Exit interviews scheduled for politicians as one in seven reports bullying



Exit interviews for political staff working in the Oireachtas are being considered after a number of reports of intimidation.

A proposed policy document, seen by the Irish Examiner, seeks to update the existing policy and principle statement on dignity and respect implemented within Leinster House for political representatives and their staff.

The current policy was revised in the first quarter of 2021 and a number of “gaps” were noted in terms of providing adequate reporting and complaints mechanisms for political staff.

According to senior Oireachtas sources, the move was triggered by a number of media reports of alleged intimidation by political representatives against their office staff and some cases brought forward. before the Workplace Relations Commission.

In 2019, a survey conducted by the Houses of the Oireachtas found that nearly one in seven workers in the Oireachtas had experienced harassment.

Eight percent said they had experienced harassment such as discrimination or derogatory comments, while 3% said they had been sexually harassed.

However, the report’s authors said it was “dangerous to draw conclusions from the small number of samples regarding harassment and sexual harassment behavior.”

“The problem is that although these employees are paid by Leinster House, they are not employed by Leinster House,” said a source from Oireachtas.

Some political parties received complaints of intimidation and did nothing about it.

“Where are they supposed to go? Either they put up with it or they go.

“And if you work for a freelance, you’re hanging on by a thread.”

When asked if this new policy would have been proposed without media coverage of the bullying reports, the source replied, “Not in a million years.”
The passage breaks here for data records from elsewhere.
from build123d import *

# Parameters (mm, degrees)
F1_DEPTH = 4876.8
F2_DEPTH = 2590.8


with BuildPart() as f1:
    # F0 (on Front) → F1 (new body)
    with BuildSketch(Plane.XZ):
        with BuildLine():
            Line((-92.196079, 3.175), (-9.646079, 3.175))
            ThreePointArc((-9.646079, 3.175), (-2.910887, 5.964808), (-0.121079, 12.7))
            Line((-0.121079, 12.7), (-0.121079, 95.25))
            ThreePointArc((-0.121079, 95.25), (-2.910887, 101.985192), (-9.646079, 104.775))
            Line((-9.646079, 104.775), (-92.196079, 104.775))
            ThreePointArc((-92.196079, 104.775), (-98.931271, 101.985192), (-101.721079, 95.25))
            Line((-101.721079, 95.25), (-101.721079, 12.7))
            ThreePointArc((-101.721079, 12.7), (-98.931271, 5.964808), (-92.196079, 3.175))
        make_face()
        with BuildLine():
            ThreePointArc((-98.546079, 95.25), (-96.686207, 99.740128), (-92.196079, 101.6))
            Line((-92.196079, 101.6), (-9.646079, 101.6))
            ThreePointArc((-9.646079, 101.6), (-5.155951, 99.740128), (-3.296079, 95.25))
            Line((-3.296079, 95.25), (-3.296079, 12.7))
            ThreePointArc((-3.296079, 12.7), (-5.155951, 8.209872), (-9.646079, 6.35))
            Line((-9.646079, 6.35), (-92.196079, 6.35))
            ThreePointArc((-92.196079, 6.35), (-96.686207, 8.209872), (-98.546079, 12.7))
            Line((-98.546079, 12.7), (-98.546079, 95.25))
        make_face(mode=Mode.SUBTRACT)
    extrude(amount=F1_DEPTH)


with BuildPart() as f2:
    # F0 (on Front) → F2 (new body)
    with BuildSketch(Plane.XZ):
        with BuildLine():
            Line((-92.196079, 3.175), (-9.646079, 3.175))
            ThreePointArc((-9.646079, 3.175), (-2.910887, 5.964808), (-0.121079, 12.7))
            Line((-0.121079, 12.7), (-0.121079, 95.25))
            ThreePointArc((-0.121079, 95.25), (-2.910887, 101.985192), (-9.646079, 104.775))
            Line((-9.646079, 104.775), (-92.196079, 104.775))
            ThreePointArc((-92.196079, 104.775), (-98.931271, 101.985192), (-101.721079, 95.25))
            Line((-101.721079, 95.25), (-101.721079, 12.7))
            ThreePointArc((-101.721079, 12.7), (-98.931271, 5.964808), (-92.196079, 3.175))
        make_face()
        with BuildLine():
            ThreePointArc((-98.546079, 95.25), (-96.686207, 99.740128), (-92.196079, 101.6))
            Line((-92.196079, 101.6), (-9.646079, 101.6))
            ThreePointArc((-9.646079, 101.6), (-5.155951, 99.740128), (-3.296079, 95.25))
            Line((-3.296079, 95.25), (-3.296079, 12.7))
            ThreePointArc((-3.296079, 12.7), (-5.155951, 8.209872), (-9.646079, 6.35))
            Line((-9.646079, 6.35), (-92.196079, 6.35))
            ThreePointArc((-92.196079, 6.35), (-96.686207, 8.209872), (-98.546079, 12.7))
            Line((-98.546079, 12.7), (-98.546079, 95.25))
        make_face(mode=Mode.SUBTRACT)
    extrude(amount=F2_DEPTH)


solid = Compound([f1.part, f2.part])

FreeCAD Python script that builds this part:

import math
import FreeCAD as App
import Part
import Sketcher

V = App.Vector
Q = App.Units.Quantity

doc = App.newDocument("Part")
body = doc.addObject("PartDesign::Body", "Body")

sketch1 = body.newObject("Sketcher::SketchObject", "Sketch")
sketch1.AttachmentSupport = (doc.getObject("XZ_Plane"), [""])
sketch1.MapMode = "FlatFace"
sketch1.addGeometry([
    Part.LineSegment(V(-92, 3, 0), V(-10, 3, 0)),
    Part.ArcOfCircle(Part.Circle(V(-10, 13, 0), V(0, 0, 1), 10), math.radians(-90), math.radians(0)),
    Part.LineSegment(V(0, 13, 0), V(0, 95, 0)),
    Part.ArcOfCircle(Part.Circle(V(-10, 95, 0), V(0, 0, 1), 10), math.radians(0), math.radians(90)),
    Part.LineSegment(V(-10, 105, 0), V(-92, 105, 0)),
    Part.ArcOfCircle(Part.Circle(V(-92, 95, 0), V(0, 0, 1), 10), math.radians(90), math.radians(180)),
    Part.LineSegment(V(-102, 95, 0), V(-102, 13, 0)),
    Part.ArcOfCircle(Part.Circle(V(-92, 13, 0), V(0, 0, 1), 10), math.radians(-180), math.radians(-90)),
    Part.LineSegment(V(-99, 13, 0), V(-99, 95, 0)),
    Part.ArcOfCircle(Part.Circle(V(-92, 95, 0), V(0, 0, 1), 6), math.radians(90), math.radians(180)),
    Part.LineSegment(V(-92, 102, 0), V(-10, 102, 0)),
    Part.ArcOfCircle(Part.Circle(V(-10, 95, 0), V(0, 0, 1), 6), math.radians(0), math.radians(90)),
    Part.LineSegment(V(-3, 95, 0), V(-3, 13, 0)),
    Part.ArcOfCircle(Part.Circle(V(-10, 13, 0), V(0, 0, 1), 6), math.radians(-90), math.radians(0)),
    Part.LineSegment(V(-10, 6, 0), V(-92, 6, 0)),
    Part.ArcOfCircle(Part.Circle(V(-92, 13, 0), V(0, 0, 1), 6), math.radians(-180), math.radians(-90)),
], False)
sketch1.addConstraint([
    Sketcher.Constraint("Tangent", 0, 2, 1, 1),
    Sketcher.Constraint("Tangent", 1, 2, 2, 1),
    Sketcher.Constraint("Tangent", 2, 2, 3, 1),
    Sketcher.Constraint("Tangent", 3, 2, 4, 1),
    Sketcher.Constraint("Tangent", 4, 2, 5, 1),
    Sketcher.Constraint("Tangent", 5, 2, 6, 1),
    Sketcher.Constraint("Tangent", 6, 2, 7, 1),
    Sketcher.Constraint("Tangent", 7, 2, 0, 1),
    Sketcher.Constraint("Tangent", 8, 2, 9, 2),
    Sketcher.Constraint("Tangent", 9, 1, 10, 1),
    Sketcher.Constraint("Tangent", 10, 2, 11, 2),
    Sketcher.Constraint("Tangent", 11, 1, 12, 1),
    Sketcher.Constraint("Tangent", 12, 2, 13, 2),
    Sketcher.Constraint("Tangent", 13, 1, 14, 1),
    Sketcher.Constraint("Tangent", 14, 2, 15, 2),
    Sketcher.Constraint("Tangent", 15, 1, 8, 1),
    Sketcher.Constraint("Horizontal", 0),
    Sketcher.Constraint("Vertical", 2),
    Sketcher.Constraint("Horizontal", 4),
    Sketcher.Constraint("Vertical", 6),
    Sketcher.Constraint("Vertical", 8),
    Sketcher.Constraint("Horizontal", 10),
    Sketcher.Constraint("Vertical", 12),
    Sketcher.Constraint("Horizontal", 14),
    Sketcher.Constraint("Coincident", 9, 3, 5, 3),
    Sketcher.Constraint("Coincident", 11, 3, 3, 3),
    Sketcher.Constraint("Coincident", 13, 3, 1, 3),
    Sketcher.Constraint("Equal", 1, 3),
    Sketcher.Constraint("Equal", 3, 5),
    Sketcher.Constraint("Equal", 5, 7),
    Sketcher.Constraint("Equal", 13, 15),
    Sketcher.Constraint("Equal", 14, 2),
    Sketcher.Constraint("Radius", 9, Q("0.25 in")),
    Sketcher.Constraint("DistanceY", -1, 1, 9, 1, Q("4 in")),
    Sketcher.Constraint("Radius", 1, Q("0.375 in")),
    Sketcher.Constraint("DistanceX", 0, 1, 0, 2, Q("3.25 in")),
    Sketcher.Constraint("DistanceX", 1, 3, -1, 1, 9.646079),
])
pad1 = body.newObject("PartDesign::Pad", "Pad")
pad1.Profile = sketch1
pad1.Length = Q("192 in")
body2 = doc.addObject("PartDesign::Body", "Body001")

sketch2 = body2.newObject("Sketcher::SketchObject", "Sketch001")
sketch2.AttachmentSupport = (doc.getObject("XZ_Plane001"), [""])
sketch2.MapMode = "FlatFace"
sketch2.addGeometry([
    Part.LineSegment(V(-92, 3, 0), V(-10, 3, 0)),
    Part.ArcOfCircle(Part.Circle(V(-10, 13, 0), V(0, 0, 1), 10), math.radians(-90), math.radians(0)),
    Part.LineSegment(V(0, 13, 0), V(0, 95, 0)),
    Part.ArcOfCircle(Part.Circle(V(-10, 95, 0), V(0, 0, 1), 10), math.radians(0), math.radians(90)),
    Part.LineSegment(V(-10, 105, 0), V(-92, 105, 0)),
    Part.ArcOfCircle(Part.Circle(V(-92, 95, 0), V(0, 0, 1), 10), math.radians(90), math.radians(180)),
    Part.LineSegment(V(-102, 95, 0), V(-102, 13, 0)),
    Part.ArcOfCircle(Part.Circle(V(-92, 13, 0), V(0, 0, 1), 10), math.radians(-180), math.radians(-90)),
    Part.LineSegment(V(-99, 13, 0), V(-99, 95, 0)),
    Part.ArcOfCircle(Part.Circle(V(-92, 95, 0), V(0, 0, 1), 6), math.radians(90), math.radians(180)),
    Part.LineSegment(V(-92, 102, 0), V(-10, 102, 0)),
    Part.ArcOfCircle(Part.Circle(V(-10, 95, 0), V(0, 0, 1), 6), math.radians(0), math.radians(90)),
    Part.LineSegment(V(-3, 95, 0), V(-3, 13, 0)),
    Part.ArcOfCircle(Part.Circle(V(-10, 13, 0), V(0, 0, 1), 6), math.radians(-90), math.radians(0)),
    Part.LineSegment(V(-10, 6, 0), V(-92, 6, 0)),
    Part.ArcOfCircle(Part.Circle(V(-92, 13, 0), V(0, 0, 1), 6), math.radians(-180), math.radians(-90)),
], False)
sketch2.addConstraint([
    Sketcher.Constraint("Tangent", 0, 2, 1, 1),
    Sketcher.Constraint("Tangent", 1, 2, 2, 1),
    Sketcher.Constraint("Tangent", 2, 2, 3, 1),
    Sketcher.Constraint("Tangent", 3, 2, 4, 1),
    Sketcher.Constraint("Tangent", 4, 2, 5, 1),
    Sketcher.Constraint("Tangent", 5, 2, 6, 1),
    Sketcher.Constraint("Tangent", 6, 2, 7, 1),
    Sketcher.Constraint("Tangent", 7, 2, 0, 1),
    Sketcher.Constraint("Tangent", 8, 2, 9, 2),
    Sketcher.Constraint("Tangent", 9, 1, 10, 1),
    Sketcher.Constraint("Tangent", 10, 2, 11, 2),
    Sketcher.Constraint("Tangent", 11, 1, 12, 1),
    Sketcher.Constraint("Tangent", 12, 2, 13, 2),
    Sketcher.Constraint("Tangent", 13, 1, 14, 1),
    Sketcher.Constraint("Tangent", 14, 2, 15, 2),
    Sketcher.Constraint("Tangent", 15, 1, 8, 1),
    Sketcher.Constraint("Horizontal", 0),
    Sketcher.Constraint("Vertical", 2),
    Sketcher.Constraint("Horizontal", 4),
    Sketcher.Constraint("Vertical", 6),
    Sketcher.Constraint("Vertical", 8),
    Sketcher.Constraint("Horizontal", 10),
    Sketcher.Constraint("Vertical", 12),
    Sketcher.Constraint("Horizontal", 14),
    Sketcher.Constraint("Coincident", 9, 3, 5, 3),
    Sketcher.Constraint("Coincident", 11, 3, 3, 3),
    Sketcher.Constraint("Coincident", 13, 3, 1, 3),
    Sketcher.Constraint("Equal", 1, 3),
    Sketcher.Constraint("Equal", 3, 5),
    Sketcher.Constraint("Equal", 5, 7),
    Sketcher.Constraint("Equal", 13, 15),
    Sketcher.Constraint("Equal", 14, 2),
    Sketcher.Constraint("Radius", 9, Q("0.25 in")),
    Sketcher.Constraint("DistanceY", -1, 1, 9, 1, Q("4 in")),
    Sketcher.Constraint("Radius", 1, Q("0.375 in")),
    Sketcher.Constraint("DistanceX", 0, 1, 0, 2, Q("3.25 in")),
    Sketcher.Constraint("DistanceX", 1, 3, -1, 1, 9.646079),
])
pad2 = body2.newObject("PartDesign::Pad", "Pad001")
pad2.Profile = sketch2
pad2.Length = Q("102 in")

doc.recompute()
It has already been reported that former staff members who complained to Oireachtas HR felt that there was not much Leinster House could do because the parliamentary and secretarial assistants (AP and SA ) worked directly for individual politicians.

In most cases, PAs and SAs work in representatives’ offices alongside the politician for most of the day.

PAs receive a starting salary of € 41,092 while SAs receive € 23,180.

The proposed policy document would seek to “raise awareness” of the current policy on dignity and respect “to increase participation and address factors that prevent people from filing complaints” and “to increase knowledge and awareness. to the supports available for political staff ”.

He would also seek to “promote communication and networking between political staff regardless of their political affiliation.”

The Oireachtas Commission, made up of a number of TDs, Senators, Ceann Comhairle and Cathaoirleach from Seanad, was invited to vote on the piloting of the new updated program for a year, estimated to cost 15 000 €.

It has not yet been established who will conduct the exit interviews, but it is expected that they will be conducted by external human resources facilitators.

The vision of the Oireachtas Commission is “A parliament that works for the people”, according to a policy document and the purpose of the engagement plan is “to develop and improve engagement with political staff as members of the parliamentary community and as a vital support to members and political parties / groups “.